Abbiamo ormai oltre un anno di esperienza di didattica a distanza e di smartworking, come reagisce il cervello a questo tipo di attività?
Molte persone hanno notato che alla fine di una giornata lavorativa trascorsa su Zoom, Teams o qualsiasi altra piattaforma virtuale, si sentono stanche, senza energia nonostante non abbiamo fatto alcun movimento fisico.
Una sensazione comune anche a studenti ed insegnanti, un fenomeno molto diffuso motivo per cui è stato coniato un nuovo termine inglese per definirlo: “Zoom fatigue”, ovvero affaticamento da Zoom.
Uno studio pubblicato dalla rivista Cyberpsychology, Behavior and Social Networking, condotto dai ricercatori Riva, Wiederhold e Mantovani, ha esplorato più a fondo questo tema usando la neuroscienza per provare a spiegare il motivo per cui lo smart working e la didattica a distanza cambino il modo in cui il nostro cervello vive e interpreta le esperienze di lavoro e apprendimento.

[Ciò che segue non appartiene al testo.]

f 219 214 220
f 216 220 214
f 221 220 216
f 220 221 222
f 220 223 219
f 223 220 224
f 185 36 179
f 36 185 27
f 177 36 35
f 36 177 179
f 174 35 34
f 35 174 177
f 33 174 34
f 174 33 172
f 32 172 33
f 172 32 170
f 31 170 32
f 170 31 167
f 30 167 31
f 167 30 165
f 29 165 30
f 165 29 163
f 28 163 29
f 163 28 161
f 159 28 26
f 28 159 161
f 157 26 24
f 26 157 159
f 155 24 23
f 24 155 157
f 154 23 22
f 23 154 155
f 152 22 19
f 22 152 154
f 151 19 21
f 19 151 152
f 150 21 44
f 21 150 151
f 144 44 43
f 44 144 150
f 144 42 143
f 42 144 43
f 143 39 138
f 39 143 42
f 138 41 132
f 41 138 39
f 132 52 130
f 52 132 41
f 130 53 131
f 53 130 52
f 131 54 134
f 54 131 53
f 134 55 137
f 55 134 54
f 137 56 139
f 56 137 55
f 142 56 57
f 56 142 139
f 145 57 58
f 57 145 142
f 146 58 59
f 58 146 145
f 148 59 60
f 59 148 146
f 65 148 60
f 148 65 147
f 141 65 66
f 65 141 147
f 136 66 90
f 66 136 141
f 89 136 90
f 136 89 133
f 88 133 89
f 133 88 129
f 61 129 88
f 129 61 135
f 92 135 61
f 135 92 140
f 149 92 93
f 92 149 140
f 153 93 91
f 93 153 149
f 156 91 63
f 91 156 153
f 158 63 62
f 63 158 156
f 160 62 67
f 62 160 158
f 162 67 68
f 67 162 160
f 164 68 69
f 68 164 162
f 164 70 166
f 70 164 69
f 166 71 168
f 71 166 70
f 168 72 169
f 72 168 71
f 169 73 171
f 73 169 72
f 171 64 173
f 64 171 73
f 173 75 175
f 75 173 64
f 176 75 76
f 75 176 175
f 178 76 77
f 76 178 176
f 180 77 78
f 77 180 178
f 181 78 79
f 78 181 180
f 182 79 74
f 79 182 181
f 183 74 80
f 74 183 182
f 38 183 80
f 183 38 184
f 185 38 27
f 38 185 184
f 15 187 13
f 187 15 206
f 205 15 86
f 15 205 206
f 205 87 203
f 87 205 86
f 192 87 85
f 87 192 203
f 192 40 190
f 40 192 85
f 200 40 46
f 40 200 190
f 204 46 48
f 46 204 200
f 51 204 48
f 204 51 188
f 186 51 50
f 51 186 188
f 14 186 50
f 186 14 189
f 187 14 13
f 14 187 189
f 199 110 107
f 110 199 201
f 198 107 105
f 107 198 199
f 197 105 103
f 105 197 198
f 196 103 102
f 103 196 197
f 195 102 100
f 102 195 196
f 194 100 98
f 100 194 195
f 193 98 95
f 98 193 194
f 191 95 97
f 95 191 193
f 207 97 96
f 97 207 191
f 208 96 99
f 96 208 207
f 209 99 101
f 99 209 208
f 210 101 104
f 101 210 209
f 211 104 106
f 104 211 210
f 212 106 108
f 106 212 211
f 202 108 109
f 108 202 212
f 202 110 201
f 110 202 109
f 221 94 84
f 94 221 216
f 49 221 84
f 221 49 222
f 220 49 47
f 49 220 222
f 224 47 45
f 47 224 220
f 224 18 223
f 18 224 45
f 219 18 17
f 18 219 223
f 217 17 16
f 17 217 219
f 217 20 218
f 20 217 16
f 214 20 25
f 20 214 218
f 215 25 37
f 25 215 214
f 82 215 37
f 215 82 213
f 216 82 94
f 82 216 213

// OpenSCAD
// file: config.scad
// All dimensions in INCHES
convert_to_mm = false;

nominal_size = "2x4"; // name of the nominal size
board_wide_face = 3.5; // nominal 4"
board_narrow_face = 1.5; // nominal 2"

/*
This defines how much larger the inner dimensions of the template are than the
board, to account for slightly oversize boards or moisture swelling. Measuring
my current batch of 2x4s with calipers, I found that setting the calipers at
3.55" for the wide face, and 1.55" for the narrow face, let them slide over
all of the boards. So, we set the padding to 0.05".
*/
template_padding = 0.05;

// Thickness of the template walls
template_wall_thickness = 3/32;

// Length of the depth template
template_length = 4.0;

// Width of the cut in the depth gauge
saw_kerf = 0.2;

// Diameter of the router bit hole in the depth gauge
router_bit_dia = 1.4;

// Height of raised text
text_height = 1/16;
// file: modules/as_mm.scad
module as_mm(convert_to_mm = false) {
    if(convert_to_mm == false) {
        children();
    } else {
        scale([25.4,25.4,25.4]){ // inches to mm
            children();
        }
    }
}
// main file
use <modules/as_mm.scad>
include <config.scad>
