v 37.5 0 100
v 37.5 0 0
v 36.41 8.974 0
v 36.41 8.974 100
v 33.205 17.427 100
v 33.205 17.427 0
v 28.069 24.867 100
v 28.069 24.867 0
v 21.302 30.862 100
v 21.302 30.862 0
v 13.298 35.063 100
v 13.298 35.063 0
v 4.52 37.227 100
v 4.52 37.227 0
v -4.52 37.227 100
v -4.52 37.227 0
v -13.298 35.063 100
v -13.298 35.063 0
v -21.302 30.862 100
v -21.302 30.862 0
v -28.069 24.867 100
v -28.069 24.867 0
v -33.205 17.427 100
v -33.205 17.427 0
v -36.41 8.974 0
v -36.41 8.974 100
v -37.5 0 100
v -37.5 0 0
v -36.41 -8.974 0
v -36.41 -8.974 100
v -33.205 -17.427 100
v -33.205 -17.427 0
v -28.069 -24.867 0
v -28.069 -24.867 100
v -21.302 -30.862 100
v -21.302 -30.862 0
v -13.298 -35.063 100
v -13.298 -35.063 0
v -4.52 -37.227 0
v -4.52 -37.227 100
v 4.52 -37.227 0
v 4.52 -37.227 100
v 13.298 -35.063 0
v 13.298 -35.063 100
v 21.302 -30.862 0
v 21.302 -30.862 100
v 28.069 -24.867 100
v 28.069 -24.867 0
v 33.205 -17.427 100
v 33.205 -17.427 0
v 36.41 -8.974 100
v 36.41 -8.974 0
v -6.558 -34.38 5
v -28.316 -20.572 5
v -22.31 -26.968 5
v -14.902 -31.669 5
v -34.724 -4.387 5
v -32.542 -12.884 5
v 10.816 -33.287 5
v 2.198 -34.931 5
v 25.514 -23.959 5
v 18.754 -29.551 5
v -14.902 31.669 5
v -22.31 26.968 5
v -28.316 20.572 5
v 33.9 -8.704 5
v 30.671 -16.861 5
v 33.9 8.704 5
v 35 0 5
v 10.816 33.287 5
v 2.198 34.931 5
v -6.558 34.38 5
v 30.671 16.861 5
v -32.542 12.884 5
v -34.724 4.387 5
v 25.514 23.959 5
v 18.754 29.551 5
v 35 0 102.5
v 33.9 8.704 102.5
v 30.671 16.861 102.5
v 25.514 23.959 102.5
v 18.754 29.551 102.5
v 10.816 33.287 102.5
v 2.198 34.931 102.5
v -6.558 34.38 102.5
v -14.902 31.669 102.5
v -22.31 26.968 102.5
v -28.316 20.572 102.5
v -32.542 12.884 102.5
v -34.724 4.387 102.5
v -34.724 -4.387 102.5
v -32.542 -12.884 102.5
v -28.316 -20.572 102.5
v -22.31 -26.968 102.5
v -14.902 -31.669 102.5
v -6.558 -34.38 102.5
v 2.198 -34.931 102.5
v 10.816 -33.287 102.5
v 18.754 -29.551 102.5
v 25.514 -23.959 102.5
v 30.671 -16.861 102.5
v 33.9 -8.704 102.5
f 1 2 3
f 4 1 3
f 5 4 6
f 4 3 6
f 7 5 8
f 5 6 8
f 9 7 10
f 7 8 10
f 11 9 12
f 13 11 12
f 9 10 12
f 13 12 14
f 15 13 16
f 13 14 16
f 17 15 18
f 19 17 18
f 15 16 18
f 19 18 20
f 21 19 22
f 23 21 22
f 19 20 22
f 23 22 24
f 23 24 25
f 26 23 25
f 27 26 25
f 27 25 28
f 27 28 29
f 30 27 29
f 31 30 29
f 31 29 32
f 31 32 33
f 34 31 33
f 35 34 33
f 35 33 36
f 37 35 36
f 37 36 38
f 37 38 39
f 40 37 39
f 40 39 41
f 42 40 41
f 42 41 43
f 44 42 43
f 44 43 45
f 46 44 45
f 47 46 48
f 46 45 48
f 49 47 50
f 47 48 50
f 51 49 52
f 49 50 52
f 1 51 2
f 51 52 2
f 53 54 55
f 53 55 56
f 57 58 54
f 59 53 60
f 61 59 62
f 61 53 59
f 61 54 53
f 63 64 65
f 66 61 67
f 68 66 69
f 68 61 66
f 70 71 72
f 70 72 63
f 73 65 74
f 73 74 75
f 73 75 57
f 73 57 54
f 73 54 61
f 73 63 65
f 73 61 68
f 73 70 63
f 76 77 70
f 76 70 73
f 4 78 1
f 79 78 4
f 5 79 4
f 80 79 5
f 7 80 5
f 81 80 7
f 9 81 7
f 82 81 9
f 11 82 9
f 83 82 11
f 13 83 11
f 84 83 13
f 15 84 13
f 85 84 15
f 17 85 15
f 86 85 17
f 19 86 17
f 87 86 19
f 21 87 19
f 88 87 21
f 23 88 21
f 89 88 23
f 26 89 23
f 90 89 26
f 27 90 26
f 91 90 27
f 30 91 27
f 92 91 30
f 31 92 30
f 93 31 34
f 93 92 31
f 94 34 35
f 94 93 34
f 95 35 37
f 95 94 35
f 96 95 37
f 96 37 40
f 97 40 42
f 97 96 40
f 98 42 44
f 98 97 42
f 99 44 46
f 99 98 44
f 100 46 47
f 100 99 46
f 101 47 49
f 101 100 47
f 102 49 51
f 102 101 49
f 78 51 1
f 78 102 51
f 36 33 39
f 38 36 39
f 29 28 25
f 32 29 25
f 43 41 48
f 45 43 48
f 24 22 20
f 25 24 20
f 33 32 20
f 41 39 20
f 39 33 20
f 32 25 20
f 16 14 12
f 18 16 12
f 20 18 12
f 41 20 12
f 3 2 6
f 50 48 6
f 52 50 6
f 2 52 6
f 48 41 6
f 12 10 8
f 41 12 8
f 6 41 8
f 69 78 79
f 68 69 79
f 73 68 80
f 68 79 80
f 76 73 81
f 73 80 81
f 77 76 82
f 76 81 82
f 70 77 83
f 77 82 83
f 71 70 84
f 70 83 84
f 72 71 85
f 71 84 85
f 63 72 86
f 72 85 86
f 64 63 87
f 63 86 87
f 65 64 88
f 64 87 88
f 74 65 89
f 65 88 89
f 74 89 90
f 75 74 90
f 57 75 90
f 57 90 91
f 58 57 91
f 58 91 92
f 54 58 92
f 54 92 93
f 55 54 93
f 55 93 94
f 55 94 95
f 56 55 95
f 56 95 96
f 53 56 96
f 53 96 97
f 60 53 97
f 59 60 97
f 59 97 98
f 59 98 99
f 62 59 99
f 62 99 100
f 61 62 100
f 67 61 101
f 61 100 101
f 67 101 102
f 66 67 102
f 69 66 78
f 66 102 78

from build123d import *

# Parameters (mm, degrees)
F0_R     = 37.5
F1_DEPTH = 105
F2_R     = 35
F3_DEPTH = 100


# Not quite as in the source:
# - a fillet or chamfer that OpenCascade refuses, or shapes differently, is made with other operations: its cross-section is extruded or revolved along the edge and cut away or added


with BuildPart() as f1:
    # F0 (on Top) → F1 (new body)
    with BuildSketch(Plane.XY):
        Circle(F0_R)
    extrude(amount=F1_DEPTH)

    # F2 (on face) → F3 (cut)
    with BuildSketch(Plane.XY.offset(105)):
        Circle(F2_R)
    extrude(amount=-F3_DEPTH, mode=Mode.SUBTRACT)

    # F4: chamfer of 5 on 1 edges, made by hand

    # F4_s1 → F4_t2 (revolve, cut)
    with BuildSketch(Plane.XZ):
        Polygon((37.5, 100), (32.5, 105), (37.5, 105), align=None)
    revolve(axis=Axis((0, 0, 105), (0, 0, 1)), mode=Mode.SUBTRACT)


solid = f1.part
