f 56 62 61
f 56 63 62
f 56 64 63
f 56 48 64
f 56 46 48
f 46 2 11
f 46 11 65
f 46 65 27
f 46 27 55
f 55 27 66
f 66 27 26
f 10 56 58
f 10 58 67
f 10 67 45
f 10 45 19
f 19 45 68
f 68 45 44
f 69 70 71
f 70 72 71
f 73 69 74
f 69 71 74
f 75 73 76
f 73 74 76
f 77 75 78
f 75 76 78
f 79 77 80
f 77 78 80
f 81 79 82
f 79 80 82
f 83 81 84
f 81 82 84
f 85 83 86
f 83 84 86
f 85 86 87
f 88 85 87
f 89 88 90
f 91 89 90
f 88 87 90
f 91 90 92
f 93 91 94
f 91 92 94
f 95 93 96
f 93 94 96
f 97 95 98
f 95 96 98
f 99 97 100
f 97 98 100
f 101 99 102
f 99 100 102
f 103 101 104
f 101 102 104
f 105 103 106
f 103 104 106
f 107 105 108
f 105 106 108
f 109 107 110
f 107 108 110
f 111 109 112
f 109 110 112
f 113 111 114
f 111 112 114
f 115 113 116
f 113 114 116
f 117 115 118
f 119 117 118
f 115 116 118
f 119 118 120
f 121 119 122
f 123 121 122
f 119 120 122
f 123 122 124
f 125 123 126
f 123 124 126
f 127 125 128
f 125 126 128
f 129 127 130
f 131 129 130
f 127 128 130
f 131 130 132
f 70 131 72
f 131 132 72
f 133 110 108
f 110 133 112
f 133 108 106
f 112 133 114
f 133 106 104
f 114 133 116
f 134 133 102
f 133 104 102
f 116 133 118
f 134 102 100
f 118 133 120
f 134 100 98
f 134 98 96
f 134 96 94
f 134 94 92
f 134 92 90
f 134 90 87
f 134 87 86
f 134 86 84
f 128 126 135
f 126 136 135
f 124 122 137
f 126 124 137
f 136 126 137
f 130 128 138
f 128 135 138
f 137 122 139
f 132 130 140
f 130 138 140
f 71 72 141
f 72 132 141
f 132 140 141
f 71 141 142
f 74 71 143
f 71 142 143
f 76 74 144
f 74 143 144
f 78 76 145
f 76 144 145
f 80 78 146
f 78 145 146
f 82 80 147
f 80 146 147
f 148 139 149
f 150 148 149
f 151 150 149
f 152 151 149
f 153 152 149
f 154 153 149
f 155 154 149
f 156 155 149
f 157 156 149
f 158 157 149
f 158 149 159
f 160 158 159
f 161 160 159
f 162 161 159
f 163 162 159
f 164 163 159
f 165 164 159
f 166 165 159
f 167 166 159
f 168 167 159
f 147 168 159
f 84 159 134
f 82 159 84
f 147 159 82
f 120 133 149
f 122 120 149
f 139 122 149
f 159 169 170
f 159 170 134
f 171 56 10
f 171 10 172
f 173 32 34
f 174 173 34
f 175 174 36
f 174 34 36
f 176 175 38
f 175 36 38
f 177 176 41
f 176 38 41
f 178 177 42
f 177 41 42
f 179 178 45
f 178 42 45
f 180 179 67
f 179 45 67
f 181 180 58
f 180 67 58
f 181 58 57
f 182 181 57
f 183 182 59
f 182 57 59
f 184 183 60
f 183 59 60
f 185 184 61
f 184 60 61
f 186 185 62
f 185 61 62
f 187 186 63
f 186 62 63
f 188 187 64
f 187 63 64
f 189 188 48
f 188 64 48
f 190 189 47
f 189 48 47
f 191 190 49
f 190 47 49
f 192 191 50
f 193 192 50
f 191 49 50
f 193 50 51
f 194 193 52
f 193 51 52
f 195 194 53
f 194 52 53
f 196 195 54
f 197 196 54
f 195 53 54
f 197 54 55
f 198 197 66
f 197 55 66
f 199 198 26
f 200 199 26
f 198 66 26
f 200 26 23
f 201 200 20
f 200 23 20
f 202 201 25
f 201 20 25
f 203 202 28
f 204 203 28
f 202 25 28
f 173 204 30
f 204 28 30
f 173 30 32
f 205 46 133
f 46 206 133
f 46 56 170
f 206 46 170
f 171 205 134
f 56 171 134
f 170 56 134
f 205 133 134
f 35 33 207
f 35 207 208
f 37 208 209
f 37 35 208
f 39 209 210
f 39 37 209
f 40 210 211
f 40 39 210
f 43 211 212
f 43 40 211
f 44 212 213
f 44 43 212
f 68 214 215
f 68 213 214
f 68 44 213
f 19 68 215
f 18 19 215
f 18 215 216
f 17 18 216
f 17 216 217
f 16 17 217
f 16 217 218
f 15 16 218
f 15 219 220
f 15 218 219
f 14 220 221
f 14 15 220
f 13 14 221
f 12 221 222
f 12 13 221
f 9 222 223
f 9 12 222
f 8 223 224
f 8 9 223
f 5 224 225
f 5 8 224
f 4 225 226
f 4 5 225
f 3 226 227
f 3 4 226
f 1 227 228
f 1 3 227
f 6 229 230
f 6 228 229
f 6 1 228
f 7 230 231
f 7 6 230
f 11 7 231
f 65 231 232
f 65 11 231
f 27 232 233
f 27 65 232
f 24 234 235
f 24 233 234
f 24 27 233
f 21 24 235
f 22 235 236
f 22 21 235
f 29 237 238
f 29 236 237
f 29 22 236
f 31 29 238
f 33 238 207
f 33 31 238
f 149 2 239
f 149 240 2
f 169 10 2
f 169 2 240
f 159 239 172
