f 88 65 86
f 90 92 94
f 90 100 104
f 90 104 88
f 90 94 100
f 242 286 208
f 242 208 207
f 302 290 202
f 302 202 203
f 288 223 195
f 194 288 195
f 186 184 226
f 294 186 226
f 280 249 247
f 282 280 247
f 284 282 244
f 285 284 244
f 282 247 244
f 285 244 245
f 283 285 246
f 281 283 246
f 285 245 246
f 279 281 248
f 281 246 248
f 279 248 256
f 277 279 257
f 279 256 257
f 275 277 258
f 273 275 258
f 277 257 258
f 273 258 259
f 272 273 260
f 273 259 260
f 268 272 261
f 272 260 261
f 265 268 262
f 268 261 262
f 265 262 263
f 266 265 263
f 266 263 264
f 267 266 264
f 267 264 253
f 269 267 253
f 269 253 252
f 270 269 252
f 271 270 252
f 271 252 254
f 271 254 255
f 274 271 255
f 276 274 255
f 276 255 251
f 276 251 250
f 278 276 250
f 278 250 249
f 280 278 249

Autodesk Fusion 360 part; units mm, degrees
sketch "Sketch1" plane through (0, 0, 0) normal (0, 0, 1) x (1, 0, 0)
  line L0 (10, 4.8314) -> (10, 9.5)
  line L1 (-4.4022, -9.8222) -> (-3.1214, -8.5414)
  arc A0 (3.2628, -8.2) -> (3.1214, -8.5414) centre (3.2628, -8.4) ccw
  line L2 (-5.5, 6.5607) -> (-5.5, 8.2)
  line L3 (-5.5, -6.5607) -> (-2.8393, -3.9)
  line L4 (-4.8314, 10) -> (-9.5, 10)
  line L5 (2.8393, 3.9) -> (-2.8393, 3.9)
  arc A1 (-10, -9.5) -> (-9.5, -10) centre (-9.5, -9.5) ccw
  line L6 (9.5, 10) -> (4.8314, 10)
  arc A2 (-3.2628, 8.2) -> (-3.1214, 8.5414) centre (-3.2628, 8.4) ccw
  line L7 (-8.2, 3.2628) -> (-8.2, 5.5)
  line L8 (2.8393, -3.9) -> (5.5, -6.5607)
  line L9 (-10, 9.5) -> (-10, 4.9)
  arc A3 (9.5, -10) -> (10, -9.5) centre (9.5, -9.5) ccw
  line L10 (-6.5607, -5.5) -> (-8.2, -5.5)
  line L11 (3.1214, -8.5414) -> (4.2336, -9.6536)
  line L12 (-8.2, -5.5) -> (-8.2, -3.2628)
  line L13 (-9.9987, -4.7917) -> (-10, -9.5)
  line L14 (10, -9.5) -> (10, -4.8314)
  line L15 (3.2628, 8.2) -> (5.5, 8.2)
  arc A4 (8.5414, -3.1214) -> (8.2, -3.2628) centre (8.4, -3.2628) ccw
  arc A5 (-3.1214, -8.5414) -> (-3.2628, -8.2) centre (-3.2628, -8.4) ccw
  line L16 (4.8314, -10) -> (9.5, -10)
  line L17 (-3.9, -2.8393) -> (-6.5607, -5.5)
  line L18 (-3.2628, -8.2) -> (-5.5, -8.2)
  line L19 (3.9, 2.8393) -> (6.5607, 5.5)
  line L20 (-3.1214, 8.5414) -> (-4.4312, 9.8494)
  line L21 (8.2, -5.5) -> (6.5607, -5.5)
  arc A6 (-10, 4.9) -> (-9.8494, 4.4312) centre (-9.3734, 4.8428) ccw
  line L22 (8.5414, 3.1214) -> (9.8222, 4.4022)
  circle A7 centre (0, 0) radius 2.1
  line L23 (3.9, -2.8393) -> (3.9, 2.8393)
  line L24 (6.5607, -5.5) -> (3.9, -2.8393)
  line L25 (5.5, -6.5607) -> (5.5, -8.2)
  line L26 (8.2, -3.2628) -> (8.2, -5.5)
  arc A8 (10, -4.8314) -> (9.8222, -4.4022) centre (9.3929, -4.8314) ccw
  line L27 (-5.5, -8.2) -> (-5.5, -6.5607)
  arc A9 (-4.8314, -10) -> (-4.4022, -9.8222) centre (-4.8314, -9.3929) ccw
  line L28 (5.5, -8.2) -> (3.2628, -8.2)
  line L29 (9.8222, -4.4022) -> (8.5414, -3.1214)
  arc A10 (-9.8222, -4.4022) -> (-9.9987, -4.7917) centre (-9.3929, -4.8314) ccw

Uno dei motivi di questa sensazione di stanchezza è legato, sembra, al maggior sforzo cognitivo richiesto al cervello per gestire le videochiamate perché senza il supporto del linguaggio non verbale molto importante in una qualsiasi comunicazione, il cervello si deve impegnare di più per poter trasmettere alle altre persone quello che si vuole dire.
Come riportato da TPI una delle ultime scoperte in fatto di neuroscienza evidenzia come il senso dello spazio e la memoria sono strettamente collegato tra di loro.
In sostanza esiste una classe di neuroni chiamati GPS cosi come il navigatore della macchina o del cellulare che ci consentono di orientarci nello spazio. Tale scoperta è giusto ricordare che valse il premio Nobel per la medicina ai coniugi Moser nel 2014.
Gli stessi neuroni hanno anche la funzione importante di fissare i ricordi cosi come funziona per le mappe sul navigatore. I neuroni cambiano la loro attività a seconda della memoria segnalando il luogo del ricordo come tanti punti luminosi di una mappa associati ad esempio ad eventi importanti o luoghi visitati.
Il nostro cervello, quindi, registra in maniera costante le informazioni e i ricordi dei fatti avvenuti in un certo luogo come memoria autobiografica e questo svolge un ruolo importante della nostra identità personale che cambia con l’esperienza vissuta.
Il cervello quindi associa il lavoro, lo studio anche al luogo dove abitualmente stiamo per assolvere tale attività, associando attività allo spazio fisico dove questo avviene.
Per questo motivo quando siamo su una piattaforma virtuale il cervello non riesce ad associare lo spazio con l’attività svolta, in sostanza il meccanismo che registra la nostra memoria in relazione allo spazio non viene attivato e quindi tutte le esperienze fatte in questa modalità “virtuale” non vengono memorizzate dal cervello come memoria autobiografico e ogni volta che le ripetiamo lo stesso cervello deve ovviamente svolgere una fatica superiore.
Una esperienza definita “senza luogo “o “placelessness” in cui i neuroni GPS rimangono inattivi.